I wanted to throw gravy in her face.
He let Nana die, I wrote and sent my notebook skidding across the table.
Later that night, she knocked on my door, and when I opened it, just stood there. Her cheeks were stained with tear tracks,
and her eyes seemed to be directed at a point somewhere over my shoulder.
"Well?" I asked.
Her hand flew up, and I heard the report of the slap before I felt it. The sound seemed to expand, to fill the entire house,
to carry across the lake and into the wooded hills, like a gunshot. I didn't even take a step back; I was too startled.

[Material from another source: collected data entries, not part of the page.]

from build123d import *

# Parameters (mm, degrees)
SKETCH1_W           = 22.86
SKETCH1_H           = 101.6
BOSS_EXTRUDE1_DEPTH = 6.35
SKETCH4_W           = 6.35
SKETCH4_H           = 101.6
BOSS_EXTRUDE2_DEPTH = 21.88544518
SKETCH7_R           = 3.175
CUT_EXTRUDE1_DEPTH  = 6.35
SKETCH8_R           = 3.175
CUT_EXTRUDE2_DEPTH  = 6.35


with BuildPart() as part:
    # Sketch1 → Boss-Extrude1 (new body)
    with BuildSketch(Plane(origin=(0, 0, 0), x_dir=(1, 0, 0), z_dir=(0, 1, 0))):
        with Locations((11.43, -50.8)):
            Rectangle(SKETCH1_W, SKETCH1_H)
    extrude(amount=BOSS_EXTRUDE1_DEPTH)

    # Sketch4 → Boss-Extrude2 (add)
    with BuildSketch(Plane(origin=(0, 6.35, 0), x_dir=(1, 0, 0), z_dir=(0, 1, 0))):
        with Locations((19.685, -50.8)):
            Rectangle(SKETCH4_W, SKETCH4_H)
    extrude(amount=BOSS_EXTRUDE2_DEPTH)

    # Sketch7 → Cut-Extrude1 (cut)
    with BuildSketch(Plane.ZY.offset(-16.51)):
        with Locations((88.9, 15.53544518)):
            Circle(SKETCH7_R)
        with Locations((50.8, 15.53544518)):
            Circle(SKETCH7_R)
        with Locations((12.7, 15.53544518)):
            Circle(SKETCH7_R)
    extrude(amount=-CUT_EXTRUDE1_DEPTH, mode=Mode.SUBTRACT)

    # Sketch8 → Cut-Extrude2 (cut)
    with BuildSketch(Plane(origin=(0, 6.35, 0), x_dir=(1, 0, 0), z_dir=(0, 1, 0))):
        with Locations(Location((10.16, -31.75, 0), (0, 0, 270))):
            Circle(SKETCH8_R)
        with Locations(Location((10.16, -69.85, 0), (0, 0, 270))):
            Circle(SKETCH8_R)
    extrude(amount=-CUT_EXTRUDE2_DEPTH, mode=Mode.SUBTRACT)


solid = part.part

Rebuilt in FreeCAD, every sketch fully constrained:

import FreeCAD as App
import Part
import Sketcher

V = App.Vector
Q = App.Units.Quantity

doc = App.newDocument("Part")
body = doc.addObject("PartDesign::Body", "Body")

# Sketch on XZ plane
sketch1 = body.newObject("Sketcher::SketchObject", "Sketch")
sketch1.AttachmentSupport = (doc.getObject("XZ_Plane"), [""])
sketch1.MapMode = "FlatFace"
sketch1.addGeometry(Part.LineSegment(V(0, 0, 0), V(0, 101.6, 0)), False)
sketch1.addGeometry(Part.LineSegment(V(0, 101.6, 0), V(22.86, 101.6, 0)), False)
sketch1.addGeometry(Part.LineSegment(V(22.86, 101.6, 0), V(22.86, 0, 0)), False)
sketch1.addGeometry(Part.LineSegment(V(22.86, 0, 0), V(0, 0, 0)), False)
sketch1.addConstraint(Sketcher.Constraint("Coincident", 0, 2, 1, 1))
sketch1.addConstraint(Sketcher.Constraint("Coincident", 1, 2, 2, 1))
sketch1.addConstraint(Sketcher.Constraint("Coincident", 2, 2, 3, 1))
sketch1.addConstraint(Sketcher.Constraint("Coincident", 3, 2, 0, 1))
sketch1.addConstraint(Sketcher.Constraint("Vertical", 0))
sketch1.addConstraint(Sketcher.Constraint("Horizontal", 1))
sketch1.addConstraint(Sketcher.Constraint("Vertical", 2))
sketch1.addConstraint(Sketcher.Constraint("Horizontal", 3))
sketch1.addConstraint(Sketcher.Constraint("Coincident", 3, 2, -1, 1))
sketch1.addConstraint(Sketcher.Constraint("DistanceY", 0, 1, 0, 2, Q("4 in")))
sketch1.addConstraint(Sketcher.Constraint("DistanceX", 1, 1, 1, 2, Q("0.9 in")))
pad1 = body.newObject("PartDesign::Pad", "Pad")
pad1.Profile = sketch1
pad1.Length = Q("0.25 in")
pad1.Reversed = True

# Sketch on XZ plane
sketch2 = body.newObject("Sketcher::SketchObject", "Sketch001")
sketch2.AttachmentSupport = (doc.getObject("XZ_Plane"), [""])
sketch2.MapMode = "FlatFace"
sketch2.AttachmentOffset = App.Placement(V(0, 0, -0.25 * 25.4), App.Rotation())
sketch2.addGeometry(Part.LineSegment(V(16.51, 0, 0), V(16.51, 101.6, 0)), False)
sketch2.addGeometry(Part.LineSegment(V(16.51, 101.6, 0), V(22.86, 101.6, 0)), False)
sketch2.addGeometry(Part.LineSegment(V(22.86, 101.6, 0), V(22.86, 0, 0)), False)
sketch2.addGeometry(Part.LineSegment(V(22.86, 0, 0), V(16.51, 0, 0)), False)
sketch2.addConstraint(Sketcher.Constraint("Coincident", 0, 2, 1, 1))
sketch2.addConstraint(Sketcher.Constraint("Coincident", 1, 2, 2, 1))
sketch2.addConstraint(Sketcher.Constraint("Coincident", 2, 2, 3, 1))
sketch2.addConstraint(Sketcher.Constraint("Coincident", 3, 2, 0, 1))
sketch2.addConstraint(Sketcher.Constraint("Vertical", 0))
sketch2.addConstraint(Sketcher.Constraint("Horizontal", 1))
sketch2.addConstraint(Sketcher.Constraint("Vertical", 2))
sketch2.addConstraint(Sketcher.Constraint("Horizontal", 3))
sketch2.addConstraint(Sketcher.Constraint("PointOnObject", 2, 2, -1))
sketch2.addConstraint(Sketcher.Constraint("DistanceY", 0, 1, 0, 2, Q("4 in")))
sketch2.addConstraint(Sketcher.Constraint("DistanceX", 1, 1, 1, 2, Q("0.25 in")))
sketch2.addConstraint(Sketcher.Constraint("DistanceX", -1, 1, 1, 2, Q("0.9 in")))
pad2 = body.newObject("PartDesign::Pad", "Pad001")
pad2.Profile = sketch2
pad2.Length = 21.885445
pad2.Reversed = True

# Sketch on YZ plane
sketch3 = body.newObject("Sketcher::SketchObject", "Sketch002")
sketch3.AttachmentSupport = (doc.getObject("YZ_Plane"), [""])
sketch3.MapMode = "FlatFace"
sketch3.AttachmentOffset = App.Placement(V(0, 0, 0.65 * 25.4), App.Rotation())
sketch3.addGeometry(Part.Circle(V(15.535445, 88.9, 0), V(0, 0, 1), 3.175), False)
sketch3.addGeometry(Part.Circle(V(15.535445, 50.8, 0), V(0, 0, 1), 3.175), False)
sketch3.addGeometry(Part.Circle(V(15.535445, 12.7, 0), V(0, 0, 1), 3.175), False)
sketch3.addConstraint(Sketcher.Constraint("Equal", 0, 1))
sketch3.addConstraint(Sketcher.Constraint("Equal", 1, 2))
sketch3.addConstraint(Sketcher.Constraint("Vertical", 0, 3, 1, 3))
sketch3.addConstraint(Sketcher.Constraint("Vertical", 1, 3, 2, 3))
sketch3.addConstraint(Sketcher.Constraint("Diameter", 0, Q("0.25 in")))
sketch3.addConstraint(Sketcher.Constraint("DistanceY", -1, 1, 1, 3, Q("2 in")))
sketch3.addConstraint(Sketcher.Constraint("DistanceY", 2, 3, 0, 3, Q("3 in")))
sketch3.addConstraint(Sketcher.Constraint("DistanceY", -1, 1, 0, 3, Q("3.5 in")))
sketch3.addConstraint(Sketcher.Constraint("DistanceX", -1, 1, 0, 3, Q("15.535445 mm")))
pocket1 = body.newObject("PartDesign::Pocket", "Pocket")
pocket1.Profile = sketch3
pocket1.Length = Q("0.25 in")
pocket1.Reversed = True

# Sketch on XZ plane
sketch4 = body.newObject("Sketcher::SketchObject", "Sketch003")
sketch4.AttachmentSupport = (doc.getObject("XZ_Plane"), [""])
sketch4.MapMode = "FlatFace"
sketch4.AttachmentOffset = App.Placement(V(0, 0, -0.25 * 25.4), App.Rotation())
sketch4.addGeometry(Part.Circle(V(10.16, 31.75, 0), V(0, 0, 1), 3.175), False)
sketch4.addGeometry(Part.Circle(V(10.16, 69.85, 0), V(0, 0, 1), 3.175), False)
sketch4.addConstraint(Sketcher.Constraint("Equal", 0, 1))
sketch4.addConstraint(Sketcher.Constraint("Vertical", 0, 3, 1, 3))
sketch4.addConstraint(Sketcher.Constraint("Diameter", 0, Q("0.25 in")))
sketch4.addConstraint(Sketcher.Constraint("DistanceX", -1, 1, 0, 3, Q("0.4 in")))
sketch4.addConstraint(Sketcher.Constraint("DistanceY", 0, 3, 1, 3, Q("1.5 in")))
sketch4.addConstraint(Sketcher.Constraint("DistanceY", -1, 1, 0, 3, Q("1.25 in")))
pocket2 = body.newObject("PartDesign::Pocket", "Pocket001")
pocket2.Profile = sketch4
pocket2.Length = Q("0.25 in")
pocket2.Reversed = True

doc.recompute()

My mother's expression never changed. Her gaze still focused on that place behind me. Emma reached into her pocket and threw
a balled up note rattling across the floor. Very softly, she closed the door.
When I was alone the memory of her tear streaks gave me solace, even as I forced myself to cry a little. The note said, Someday, you will be ashamed of the way you acted tonight.
I was further comforted by the slamming of doors downstairs, and the echoes of my mother yelling, and of her lover—my late
grandmother's oncologist and my prospective stepfather, Victor Lipscomb, M.D., Ph.D.—trying to calm her. His deep voice pleaded
up through the heating vents: "Emma, honey," and, "Come on," and, "We just have to keep working at this." Nor was I unhappy
to register, as I drifted to sleep, the quiet of a night without music.